If you’re in love with space exploration then you’ll fall for this: a picture of Earth (and five other planets) taken from the Voyager 1 spacecraft after it passed the orbit of Pluto in 1990, 26 years ago today. That image of our planet from almost 4 billion miles away inspired Carl Sagan to write his famous “Pale Blue Dot” passage, and reminds us that we are all just floating on “a mote of dust suspended in a sunbeam.”

This is from a post I originally published in 2010. I’ll keep trotting it out until it’s not cool anymore. (Which I don’t think will ever will NEVER happen.)

Venus, Earth, Jupiter, Saturn, Uranus and Neptune as seen by Voyager 1 in 1990 (Credit: NASA)

On February 14, 1990, after nearly 13 years of traveling the solar system, the Voyager 1 spacecraft passed the orbit of Pluto and turned its camera around to take a series of photos of the planets. The image above shows those photos, isolated from the original series and are left to right, top to bottom: Venus, Earth, Jupiter, Saturn, Uranus, and Neptune.

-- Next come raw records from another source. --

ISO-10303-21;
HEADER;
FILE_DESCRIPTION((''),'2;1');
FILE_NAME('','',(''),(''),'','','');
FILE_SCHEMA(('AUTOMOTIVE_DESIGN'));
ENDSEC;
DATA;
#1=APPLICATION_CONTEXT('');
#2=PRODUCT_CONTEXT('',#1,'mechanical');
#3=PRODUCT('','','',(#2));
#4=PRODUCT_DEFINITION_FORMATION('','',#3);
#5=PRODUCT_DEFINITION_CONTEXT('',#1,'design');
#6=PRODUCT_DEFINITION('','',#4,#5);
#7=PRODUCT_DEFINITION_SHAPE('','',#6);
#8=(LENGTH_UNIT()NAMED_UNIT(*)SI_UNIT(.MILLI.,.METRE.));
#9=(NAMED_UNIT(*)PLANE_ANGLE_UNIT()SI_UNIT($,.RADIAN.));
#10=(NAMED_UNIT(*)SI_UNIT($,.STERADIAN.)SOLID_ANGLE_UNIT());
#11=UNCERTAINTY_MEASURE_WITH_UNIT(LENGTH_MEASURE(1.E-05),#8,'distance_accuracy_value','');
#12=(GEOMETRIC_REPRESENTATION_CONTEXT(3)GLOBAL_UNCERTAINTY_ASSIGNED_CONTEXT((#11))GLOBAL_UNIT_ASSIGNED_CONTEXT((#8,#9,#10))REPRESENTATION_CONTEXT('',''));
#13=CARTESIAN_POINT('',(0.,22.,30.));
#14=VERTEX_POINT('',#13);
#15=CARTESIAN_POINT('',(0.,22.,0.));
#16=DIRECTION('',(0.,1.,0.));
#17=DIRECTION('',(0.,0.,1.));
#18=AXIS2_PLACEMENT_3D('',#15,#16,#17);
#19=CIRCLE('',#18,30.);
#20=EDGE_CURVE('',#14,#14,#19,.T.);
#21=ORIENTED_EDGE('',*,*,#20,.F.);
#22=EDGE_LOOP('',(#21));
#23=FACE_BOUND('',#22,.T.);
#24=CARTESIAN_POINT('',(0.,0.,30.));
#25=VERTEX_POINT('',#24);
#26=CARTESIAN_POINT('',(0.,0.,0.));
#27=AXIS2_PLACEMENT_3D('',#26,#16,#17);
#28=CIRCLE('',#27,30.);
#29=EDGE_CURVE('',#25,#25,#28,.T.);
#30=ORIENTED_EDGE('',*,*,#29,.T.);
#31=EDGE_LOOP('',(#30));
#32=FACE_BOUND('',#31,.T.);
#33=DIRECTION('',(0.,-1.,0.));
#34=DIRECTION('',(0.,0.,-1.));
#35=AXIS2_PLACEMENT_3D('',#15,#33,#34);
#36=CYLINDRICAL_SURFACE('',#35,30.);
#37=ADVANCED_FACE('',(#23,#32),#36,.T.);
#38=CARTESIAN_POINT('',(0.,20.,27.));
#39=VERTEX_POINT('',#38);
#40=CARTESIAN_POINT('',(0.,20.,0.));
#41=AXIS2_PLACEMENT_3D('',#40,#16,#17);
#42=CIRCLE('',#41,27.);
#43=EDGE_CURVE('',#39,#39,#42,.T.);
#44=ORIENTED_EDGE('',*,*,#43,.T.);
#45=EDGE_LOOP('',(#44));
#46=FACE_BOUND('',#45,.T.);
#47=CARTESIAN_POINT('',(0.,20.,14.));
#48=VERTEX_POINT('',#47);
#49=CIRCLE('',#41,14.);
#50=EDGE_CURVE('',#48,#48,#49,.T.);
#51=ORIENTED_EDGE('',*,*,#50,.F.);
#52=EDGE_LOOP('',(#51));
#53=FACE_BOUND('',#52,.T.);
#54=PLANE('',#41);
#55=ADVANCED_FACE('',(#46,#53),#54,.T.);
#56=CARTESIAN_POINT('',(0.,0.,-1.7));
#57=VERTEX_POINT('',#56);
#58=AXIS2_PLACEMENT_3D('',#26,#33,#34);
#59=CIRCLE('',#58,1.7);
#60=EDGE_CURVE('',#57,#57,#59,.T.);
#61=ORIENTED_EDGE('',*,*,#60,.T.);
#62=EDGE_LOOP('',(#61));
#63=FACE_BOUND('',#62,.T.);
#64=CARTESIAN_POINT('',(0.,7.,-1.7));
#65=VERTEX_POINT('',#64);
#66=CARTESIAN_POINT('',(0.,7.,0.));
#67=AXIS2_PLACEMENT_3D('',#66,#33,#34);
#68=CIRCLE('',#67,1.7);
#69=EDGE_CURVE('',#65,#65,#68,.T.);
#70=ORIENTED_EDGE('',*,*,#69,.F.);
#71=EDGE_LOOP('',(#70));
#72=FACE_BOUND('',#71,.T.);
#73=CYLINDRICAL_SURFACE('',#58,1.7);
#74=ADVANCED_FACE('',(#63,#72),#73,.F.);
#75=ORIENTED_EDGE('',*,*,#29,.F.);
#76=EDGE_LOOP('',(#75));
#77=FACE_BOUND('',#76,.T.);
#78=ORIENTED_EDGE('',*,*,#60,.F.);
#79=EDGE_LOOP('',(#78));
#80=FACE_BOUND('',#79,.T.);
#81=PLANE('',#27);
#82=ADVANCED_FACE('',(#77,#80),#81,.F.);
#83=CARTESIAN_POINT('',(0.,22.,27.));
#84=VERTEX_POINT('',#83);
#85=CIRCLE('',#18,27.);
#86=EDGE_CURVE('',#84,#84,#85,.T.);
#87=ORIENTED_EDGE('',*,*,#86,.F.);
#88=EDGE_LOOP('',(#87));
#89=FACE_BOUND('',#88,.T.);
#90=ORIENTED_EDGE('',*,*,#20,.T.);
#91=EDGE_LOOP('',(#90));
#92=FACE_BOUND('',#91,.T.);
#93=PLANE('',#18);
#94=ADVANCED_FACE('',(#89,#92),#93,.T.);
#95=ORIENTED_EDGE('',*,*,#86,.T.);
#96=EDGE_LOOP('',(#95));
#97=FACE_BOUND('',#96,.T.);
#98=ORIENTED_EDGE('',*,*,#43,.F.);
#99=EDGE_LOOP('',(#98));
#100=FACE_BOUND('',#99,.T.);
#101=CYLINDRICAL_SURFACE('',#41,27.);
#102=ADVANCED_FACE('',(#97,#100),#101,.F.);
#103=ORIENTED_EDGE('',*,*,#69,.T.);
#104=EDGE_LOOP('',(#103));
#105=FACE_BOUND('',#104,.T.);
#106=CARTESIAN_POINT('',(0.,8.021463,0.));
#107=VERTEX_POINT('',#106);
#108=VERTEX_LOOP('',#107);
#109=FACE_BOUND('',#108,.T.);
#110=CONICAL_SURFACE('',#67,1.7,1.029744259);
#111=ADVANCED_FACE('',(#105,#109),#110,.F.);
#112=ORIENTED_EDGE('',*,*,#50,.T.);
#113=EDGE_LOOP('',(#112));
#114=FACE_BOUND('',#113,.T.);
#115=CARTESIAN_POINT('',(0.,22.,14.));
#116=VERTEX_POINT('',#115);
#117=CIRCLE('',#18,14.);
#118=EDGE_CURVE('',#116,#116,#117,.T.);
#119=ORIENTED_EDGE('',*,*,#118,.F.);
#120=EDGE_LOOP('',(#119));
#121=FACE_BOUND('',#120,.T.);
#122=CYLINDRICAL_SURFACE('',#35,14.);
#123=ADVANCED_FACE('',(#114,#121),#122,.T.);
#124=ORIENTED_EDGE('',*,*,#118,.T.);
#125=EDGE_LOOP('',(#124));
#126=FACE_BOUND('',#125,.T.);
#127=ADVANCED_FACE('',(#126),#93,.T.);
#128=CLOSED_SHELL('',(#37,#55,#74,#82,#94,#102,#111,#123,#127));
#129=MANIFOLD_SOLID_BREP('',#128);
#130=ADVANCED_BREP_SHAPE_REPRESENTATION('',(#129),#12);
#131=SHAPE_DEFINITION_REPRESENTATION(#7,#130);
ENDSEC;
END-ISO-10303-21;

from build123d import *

# Parameters (mm, degrees)
SKETCH1_R                = 30
BOSS_EXTRUDE1_DEPTH      = 22
SKETCH2_R                = 27
CUT_EXTRUDE1_DEPTH       = 2
SKETCH3_R                = 14
BOSS_EXTRUDE2_DEPTH      = 2
M3_CLEARANCE_HOLE1_D     = 3.4
M3_CLEARANCE_HOLE1_DEPTH = 7
M3_CLEARANCE_HOLE1_TIP   = 1.021463052


with BuildPart() as part:
    # Sketch1 → Boss-Extrude1 (new body)
    with BuildSketch(Plane(origin=(0, 0, 0), x_dir=(1, 0, 0), z_dir=(0, 1, 0))):
        with Locations(Location((0, 0, 0), (0, 0, 270))):
            Circle(SKETCH1_R)
    extrude(amount=BOSS_EXTRUDE1_DEPTH)

    # Sketch2 → Cut-Extrude1 (cut)
    with BuildSketch(Plane(origin=(0, 22, 0), x_dir=(1, 0, 0), z_dir=(0, 1, 0))):
        with Locations(Location((0, 0, 0), (0, 0, 270))):
            Circle(SKETCH2_R)
    extrude(amount=-CUT_EXTRUDE1_DEPTH, mode=Mode.SUBTRACT)

    # Sketch3 → Boss-Extrude2 (add)
    with BuildSketch(Plane(origin=(0, 20, 0), x_dir=(1, 0, 0), z_dir=(0, 1, 0))):
        with Locations(Location((0, 0, 0), (0, 0, 270))):
            Circle(SKETCH3_R)
    extrude(amount=BOSS_EXTRUDE2_DEPTH)

    # M3 Clearance Hole1
    with Locations(Plane(origin=(0, 0, 0), x_dir=(-1, 0, 0), z_dir=(0, -1, 0))):
        with Locations((0, 0)):
            Hole(M3_CLEARANCE_HOLE1_D / 2, depth=M3_CLEARANCE_HOLE1_DEPTH)
            with Locations((0, 0, -(M3_CLEARANCE_HOLE1_DEPTH + M3_CLEARANCE_HOLE1_TIP / 2))):  # 118° drill point
                Cone(0, M3_CLEARANCE_HOLE1_D / 2, M3_CLEARANCE_HOLE1_TIP, mode=Mode.SUBTRACT)


solid = part.part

From that distance, over 4 billion miles from the Sun, the planets each appear as little more than a bright dot against the vastness of interplanetary space.

“That’s here. That’s home. That’s us. On it everyone you love, everyone you know, everyone you ever heard of, every human being who ever was, lived out their lives. … There is perhaps no better demonstration of the folly of human conceits than this distant image of our tiny world.”